Actually, cell phones only seem to figure in so prominently at first – it finally turns out (SPOILER ALERT SPOILER ALERT SPOILER ALERT) that it’s a computer controlling everything behind the scense. Actually, technically speaking, it’s the software that’s run amok, software that has somehow accomplished a certain level of awareness.

Two issues of great interest quickly spring to mind: the real-world Echelon program, still so much shrouded in secrecy that the U.S. government still does not verify or refuse its existence, and the curious phenomenon of self-arrangement, or spontaneous order, in nature.

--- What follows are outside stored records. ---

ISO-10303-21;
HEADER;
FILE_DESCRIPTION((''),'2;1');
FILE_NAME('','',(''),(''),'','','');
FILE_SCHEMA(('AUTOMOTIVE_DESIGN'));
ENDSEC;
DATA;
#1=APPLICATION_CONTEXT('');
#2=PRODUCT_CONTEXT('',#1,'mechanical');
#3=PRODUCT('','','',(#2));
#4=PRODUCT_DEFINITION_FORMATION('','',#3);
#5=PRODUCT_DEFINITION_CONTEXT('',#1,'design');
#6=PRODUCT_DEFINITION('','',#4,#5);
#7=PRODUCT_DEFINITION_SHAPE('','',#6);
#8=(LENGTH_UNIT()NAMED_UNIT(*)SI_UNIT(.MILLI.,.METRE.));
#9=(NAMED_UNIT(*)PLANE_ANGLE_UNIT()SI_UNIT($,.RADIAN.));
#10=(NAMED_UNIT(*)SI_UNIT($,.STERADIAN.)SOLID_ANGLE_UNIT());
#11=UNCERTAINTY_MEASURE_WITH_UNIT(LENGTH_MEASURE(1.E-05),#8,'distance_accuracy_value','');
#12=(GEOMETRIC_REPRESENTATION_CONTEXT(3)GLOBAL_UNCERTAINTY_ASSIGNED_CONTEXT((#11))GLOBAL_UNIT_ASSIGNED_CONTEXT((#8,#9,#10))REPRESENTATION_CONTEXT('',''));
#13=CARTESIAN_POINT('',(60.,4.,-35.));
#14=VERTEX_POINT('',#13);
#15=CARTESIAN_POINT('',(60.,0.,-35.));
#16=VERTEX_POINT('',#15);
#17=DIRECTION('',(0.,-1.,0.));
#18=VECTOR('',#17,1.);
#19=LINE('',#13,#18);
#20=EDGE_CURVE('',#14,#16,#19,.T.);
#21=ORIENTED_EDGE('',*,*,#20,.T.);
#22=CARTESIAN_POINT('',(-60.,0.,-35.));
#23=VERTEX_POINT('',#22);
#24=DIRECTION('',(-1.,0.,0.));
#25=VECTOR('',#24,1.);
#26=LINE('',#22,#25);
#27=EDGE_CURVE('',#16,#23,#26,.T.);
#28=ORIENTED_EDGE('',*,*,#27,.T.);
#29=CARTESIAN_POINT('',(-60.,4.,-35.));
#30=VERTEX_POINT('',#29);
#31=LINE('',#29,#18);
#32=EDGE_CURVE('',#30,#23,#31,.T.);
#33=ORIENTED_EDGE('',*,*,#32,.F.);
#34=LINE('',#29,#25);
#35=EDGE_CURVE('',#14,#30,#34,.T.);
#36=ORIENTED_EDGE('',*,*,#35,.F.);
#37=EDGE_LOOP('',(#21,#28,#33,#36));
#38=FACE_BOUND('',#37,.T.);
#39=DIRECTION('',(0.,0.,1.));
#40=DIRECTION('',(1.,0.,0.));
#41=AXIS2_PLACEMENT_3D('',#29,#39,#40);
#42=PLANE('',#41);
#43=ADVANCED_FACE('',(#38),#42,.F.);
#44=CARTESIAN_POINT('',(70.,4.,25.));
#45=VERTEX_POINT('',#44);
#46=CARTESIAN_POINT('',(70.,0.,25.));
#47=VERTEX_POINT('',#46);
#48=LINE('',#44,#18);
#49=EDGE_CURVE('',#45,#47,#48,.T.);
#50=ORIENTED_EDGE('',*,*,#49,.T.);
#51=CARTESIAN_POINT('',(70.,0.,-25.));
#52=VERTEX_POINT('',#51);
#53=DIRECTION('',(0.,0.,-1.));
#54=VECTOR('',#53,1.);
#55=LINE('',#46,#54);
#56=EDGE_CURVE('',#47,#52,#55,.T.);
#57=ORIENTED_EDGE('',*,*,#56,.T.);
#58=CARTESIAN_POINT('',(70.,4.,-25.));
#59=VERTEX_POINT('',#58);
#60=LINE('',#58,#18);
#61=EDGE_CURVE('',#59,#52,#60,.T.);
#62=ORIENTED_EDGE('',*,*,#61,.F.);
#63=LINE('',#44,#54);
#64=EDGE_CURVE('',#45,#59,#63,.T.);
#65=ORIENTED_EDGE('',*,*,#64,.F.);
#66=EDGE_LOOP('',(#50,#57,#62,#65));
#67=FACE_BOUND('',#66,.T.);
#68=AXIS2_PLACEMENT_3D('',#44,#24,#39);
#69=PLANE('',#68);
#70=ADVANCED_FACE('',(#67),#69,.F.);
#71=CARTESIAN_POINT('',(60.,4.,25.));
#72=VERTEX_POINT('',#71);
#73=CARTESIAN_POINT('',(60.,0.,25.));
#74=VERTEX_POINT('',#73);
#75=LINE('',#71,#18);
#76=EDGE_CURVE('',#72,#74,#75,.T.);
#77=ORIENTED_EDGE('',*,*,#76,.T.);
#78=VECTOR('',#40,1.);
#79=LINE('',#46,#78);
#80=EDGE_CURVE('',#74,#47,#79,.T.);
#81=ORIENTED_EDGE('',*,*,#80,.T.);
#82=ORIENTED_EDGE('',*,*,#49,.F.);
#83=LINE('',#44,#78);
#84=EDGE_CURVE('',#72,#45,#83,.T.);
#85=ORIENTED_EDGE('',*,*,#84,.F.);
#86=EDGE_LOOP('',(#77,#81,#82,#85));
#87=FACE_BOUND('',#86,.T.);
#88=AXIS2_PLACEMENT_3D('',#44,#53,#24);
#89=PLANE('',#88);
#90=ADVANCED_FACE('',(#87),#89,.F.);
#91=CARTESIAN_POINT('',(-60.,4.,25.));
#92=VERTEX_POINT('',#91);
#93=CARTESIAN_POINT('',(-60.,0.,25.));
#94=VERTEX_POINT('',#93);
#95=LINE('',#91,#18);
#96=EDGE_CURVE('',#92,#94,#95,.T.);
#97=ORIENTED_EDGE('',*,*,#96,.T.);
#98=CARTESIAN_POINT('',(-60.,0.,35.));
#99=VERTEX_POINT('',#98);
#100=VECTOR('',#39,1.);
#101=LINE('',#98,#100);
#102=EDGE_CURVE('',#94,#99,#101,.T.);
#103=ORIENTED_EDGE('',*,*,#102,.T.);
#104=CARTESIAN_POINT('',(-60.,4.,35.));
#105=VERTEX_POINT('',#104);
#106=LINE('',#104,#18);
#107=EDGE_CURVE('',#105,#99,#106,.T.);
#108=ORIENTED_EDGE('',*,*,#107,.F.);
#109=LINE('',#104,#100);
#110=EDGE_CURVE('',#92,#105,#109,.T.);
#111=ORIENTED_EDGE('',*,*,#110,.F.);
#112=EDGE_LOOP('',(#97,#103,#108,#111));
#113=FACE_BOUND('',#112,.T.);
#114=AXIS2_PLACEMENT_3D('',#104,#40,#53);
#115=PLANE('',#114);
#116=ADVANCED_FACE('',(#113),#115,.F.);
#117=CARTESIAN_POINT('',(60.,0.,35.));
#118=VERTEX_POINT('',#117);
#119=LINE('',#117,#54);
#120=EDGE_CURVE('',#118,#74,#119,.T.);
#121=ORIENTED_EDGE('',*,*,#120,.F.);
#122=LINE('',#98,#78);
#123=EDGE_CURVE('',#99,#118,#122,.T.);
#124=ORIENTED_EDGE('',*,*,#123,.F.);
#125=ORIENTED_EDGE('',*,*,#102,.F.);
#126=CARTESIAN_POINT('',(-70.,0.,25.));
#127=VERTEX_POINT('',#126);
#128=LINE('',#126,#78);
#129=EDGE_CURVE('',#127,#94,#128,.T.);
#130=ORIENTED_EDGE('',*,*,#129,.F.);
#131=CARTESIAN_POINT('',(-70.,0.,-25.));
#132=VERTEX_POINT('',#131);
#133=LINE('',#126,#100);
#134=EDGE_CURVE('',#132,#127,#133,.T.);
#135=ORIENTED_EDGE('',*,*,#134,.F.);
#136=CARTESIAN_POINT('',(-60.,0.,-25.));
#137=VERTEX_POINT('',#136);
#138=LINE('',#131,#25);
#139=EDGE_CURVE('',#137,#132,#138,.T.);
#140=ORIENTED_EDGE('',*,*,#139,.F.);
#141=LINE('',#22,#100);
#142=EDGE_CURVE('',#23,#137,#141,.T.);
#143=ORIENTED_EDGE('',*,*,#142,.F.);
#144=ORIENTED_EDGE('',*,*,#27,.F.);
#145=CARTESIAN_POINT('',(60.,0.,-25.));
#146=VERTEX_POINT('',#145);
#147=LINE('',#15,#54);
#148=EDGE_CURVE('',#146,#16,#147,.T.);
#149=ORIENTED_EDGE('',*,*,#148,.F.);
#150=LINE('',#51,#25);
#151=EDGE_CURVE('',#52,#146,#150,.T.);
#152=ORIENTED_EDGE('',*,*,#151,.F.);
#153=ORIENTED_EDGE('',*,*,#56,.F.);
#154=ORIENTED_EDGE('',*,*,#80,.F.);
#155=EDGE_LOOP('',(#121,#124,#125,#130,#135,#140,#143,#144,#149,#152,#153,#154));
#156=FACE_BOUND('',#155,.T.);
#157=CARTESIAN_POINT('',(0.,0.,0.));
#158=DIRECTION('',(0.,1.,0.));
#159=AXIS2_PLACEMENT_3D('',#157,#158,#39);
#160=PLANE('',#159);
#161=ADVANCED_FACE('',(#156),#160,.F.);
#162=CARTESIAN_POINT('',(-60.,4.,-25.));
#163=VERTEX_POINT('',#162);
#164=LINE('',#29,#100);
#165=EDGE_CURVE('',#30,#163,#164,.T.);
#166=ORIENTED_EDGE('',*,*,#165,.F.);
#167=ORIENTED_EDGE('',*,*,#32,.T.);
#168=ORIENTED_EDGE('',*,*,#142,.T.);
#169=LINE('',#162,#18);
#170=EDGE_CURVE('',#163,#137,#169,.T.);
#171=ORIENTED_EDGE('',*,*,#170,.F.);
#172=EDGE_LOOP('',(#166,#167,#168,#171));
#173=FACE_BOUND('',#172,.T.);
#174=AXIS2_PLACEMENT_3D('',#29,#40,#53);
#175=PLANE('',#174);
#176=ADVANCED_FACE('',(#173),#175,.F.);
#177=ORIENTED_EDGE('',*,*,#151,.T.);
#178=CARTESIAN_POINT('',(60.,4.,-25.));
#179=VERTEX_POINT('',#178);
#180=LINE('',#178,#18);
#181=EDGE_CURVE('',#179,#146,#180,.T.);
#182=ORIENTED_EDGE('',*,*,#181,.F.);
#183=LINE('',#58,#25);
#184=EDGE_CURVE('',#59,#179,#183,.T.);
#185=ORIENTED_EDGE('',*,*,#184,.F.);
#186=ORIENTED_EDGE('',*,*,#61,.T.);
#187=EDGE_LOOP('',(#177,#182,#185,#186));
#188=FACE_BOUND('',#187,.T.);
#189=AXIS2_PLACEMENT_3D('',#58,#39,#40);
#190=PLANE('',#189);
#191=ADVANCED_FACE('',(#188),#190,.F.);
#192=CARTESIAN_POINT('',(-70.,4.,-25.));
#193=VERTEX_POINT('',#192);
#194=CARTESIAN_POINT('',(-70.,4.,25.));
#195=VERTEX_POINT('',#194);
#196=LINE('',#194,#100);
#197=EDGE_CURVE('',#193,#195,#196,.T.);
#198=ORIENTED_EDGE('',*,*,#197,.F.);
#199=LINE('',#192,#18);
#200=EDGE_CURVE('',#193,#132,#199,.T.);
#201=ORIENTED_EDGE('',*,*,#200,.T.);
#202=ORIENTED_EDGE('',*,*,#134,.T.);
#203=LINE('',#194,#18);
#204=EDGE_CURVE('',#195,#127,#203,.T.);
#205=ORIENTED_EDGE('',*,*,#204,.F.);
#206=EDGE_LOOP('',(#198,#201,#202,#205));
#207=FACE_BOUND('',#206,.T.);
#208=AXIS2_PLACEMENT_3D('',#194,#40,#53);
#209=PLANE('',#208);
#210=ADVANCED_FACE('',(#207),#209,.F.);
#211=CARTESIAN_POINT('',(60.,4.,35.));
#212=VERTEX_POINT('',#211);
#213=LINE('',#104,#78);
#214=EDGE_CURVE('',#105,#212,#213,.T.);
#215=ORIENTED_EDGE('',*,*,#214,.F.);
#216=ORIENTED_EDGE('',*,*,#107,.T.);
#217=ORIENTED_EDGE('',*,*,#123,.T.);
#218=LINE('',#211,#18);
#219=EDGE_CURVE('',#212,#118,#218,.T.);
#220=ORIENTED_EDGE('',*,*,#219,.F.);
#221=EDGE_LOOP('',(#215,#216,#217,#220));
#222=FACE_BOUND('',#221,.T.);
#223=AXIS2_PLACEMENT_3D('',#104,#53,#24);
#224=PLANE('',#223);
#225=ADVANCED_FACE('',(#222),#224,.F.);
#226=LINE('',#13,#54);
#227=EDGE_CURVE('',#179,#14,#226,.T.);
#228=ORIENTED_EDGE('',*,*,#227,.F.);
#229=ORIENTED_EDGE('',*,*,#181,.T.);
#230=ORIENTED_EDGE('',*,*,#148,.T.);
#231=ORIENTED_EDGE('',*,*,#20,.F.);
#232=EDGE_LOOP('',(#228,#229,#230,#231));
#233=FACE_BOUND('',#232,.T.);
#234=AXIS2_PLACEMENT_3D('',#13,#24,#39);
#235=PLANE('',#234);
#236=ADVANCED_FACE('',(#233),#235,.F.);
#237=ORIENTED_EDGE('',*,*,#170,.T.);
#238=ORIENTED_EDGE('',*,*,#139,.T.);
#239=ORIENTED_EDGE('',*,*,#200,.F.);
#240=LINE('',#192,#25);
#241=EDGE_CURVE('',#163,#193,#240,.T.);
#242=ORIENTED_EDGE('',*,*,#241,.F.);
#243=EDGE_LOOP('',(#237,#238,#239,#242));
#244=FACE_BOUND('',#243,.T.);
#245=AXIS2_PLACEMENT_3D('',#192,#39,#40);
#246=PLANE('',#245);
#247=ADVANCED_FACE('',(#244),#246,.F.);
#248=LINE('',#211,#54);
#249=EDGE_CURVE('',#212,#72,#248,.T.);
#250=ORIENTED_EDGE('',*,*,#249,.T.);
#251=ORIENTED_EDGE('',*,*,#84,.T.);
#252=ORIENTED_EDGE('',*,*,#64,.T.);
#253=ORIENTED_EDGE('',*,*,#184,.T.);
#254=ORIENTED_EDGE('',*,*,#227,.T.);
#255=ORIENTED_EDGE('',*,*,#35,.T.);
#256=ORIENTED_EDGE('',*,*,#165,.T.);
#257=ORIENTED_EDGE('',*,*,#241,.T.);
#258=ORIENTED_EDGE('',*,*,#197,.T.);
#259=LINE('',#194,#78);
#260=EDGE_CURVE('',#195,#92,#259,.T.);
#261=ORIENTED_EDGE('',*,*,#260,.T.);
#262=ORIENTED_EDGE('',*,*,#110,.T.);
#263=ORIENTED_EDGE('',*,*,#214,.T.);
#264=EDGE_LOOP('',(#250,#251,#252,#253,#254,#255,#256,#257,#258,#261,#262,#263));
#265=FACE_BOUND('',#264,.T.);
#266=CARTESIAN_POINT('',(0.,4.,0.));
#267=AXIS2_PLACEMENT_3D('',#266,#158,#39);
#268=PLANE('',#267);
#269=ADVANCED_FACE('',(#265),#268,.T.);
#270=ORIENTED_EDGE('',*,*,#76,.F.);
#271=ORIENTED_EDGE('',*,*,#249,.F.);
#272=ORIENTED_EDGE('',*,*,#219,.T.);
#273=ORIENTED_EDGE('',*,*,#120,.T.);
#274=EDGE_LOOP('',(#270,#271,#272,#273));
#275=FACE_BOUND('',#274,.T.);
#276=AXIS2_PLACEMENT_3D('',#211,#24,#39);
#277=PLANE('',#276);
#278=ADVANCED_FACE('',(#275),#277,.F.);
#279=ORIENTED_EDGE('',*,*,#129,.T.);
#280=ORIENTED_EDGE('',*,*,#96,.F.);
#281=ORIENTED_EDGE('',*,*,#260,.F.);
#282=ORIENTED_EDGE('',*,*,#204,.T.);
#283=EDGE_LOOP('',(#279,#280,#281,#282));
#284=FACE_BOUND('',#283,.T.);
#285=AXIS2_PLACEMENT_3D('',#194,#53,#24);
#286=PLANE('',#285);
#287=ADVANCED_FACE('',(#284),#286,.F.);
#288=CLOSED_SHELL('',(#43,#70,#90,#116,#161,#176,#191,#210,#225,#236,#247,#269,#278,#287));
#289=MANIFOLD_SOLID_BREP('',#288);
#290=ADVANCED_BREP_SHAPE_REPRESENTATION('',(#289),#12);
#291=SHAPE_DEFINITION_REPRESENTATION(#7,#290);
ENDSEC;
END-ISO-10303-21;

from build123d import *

# Parameters (mm, degrees)
DODANIE_WYCI_GNI_CIE1_DEPTH = 4


with BuildPart() as part:
    # Szkic1 → Dodanie-wyciągnięcie1 (new body)
    with BuildSketch(Plane(origin=(0, 0, 0), x_dir=(1, 0, 0), z_dir=(0, 1, 0))):
        Polygon((-60, -35), (60, -35), (60, -25), (70, -25), (70, 25), (60, 25), (60, 35), (-60, 35), (-60, 25), (-70, 25), (-70, -25), (-60, -25), align=None)
    extrude(amount=DODANIE_WYCI_GNI_CIE1_DEPTH)


solid = part.part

Alas, the film does not address any of these points, really, and by the halfway point of the movie even cell phones take a back seat to the standard Hollywood standbys of car chases and gun fights. This added up the idea of advertising a brand new phone model into society. If the viewers does not have it already then it will be a intriguing sight to see which might end up with them purchasing one. But if they already have it, they will bring about a lot more faith on their phone and provider. But that’s not all, when a cell phone is advertised who else do you think is observing? That’s right, the other companies. Instead of competing why not just buy some to introduce to their customers?

It’s not a bad movie, to be sure; the case is engaging enough considering the material they have to work with, which is your basic action-spy-thriller. And it all commences intriguing enough, opening with a woman mysteriously reading instructions in her mobile handset, to the point of descending into the Washington, D.C. metro’s tracks, where she meets her end – only to have our protagonist strangely receive the same mysterious phone in the mail during the next scene, a phone which, it turns out, gives the most prodigious of instructions concerning apparently random events, from airline crashes to casino jackpots. It’s an exciting premise, but ninety minutes of screentime almost assures that any treatment can only be overly facile.

Want to find out more about cell phones, then visit Ivan DiCelo’s site on how to choose the best cell phones for your needs.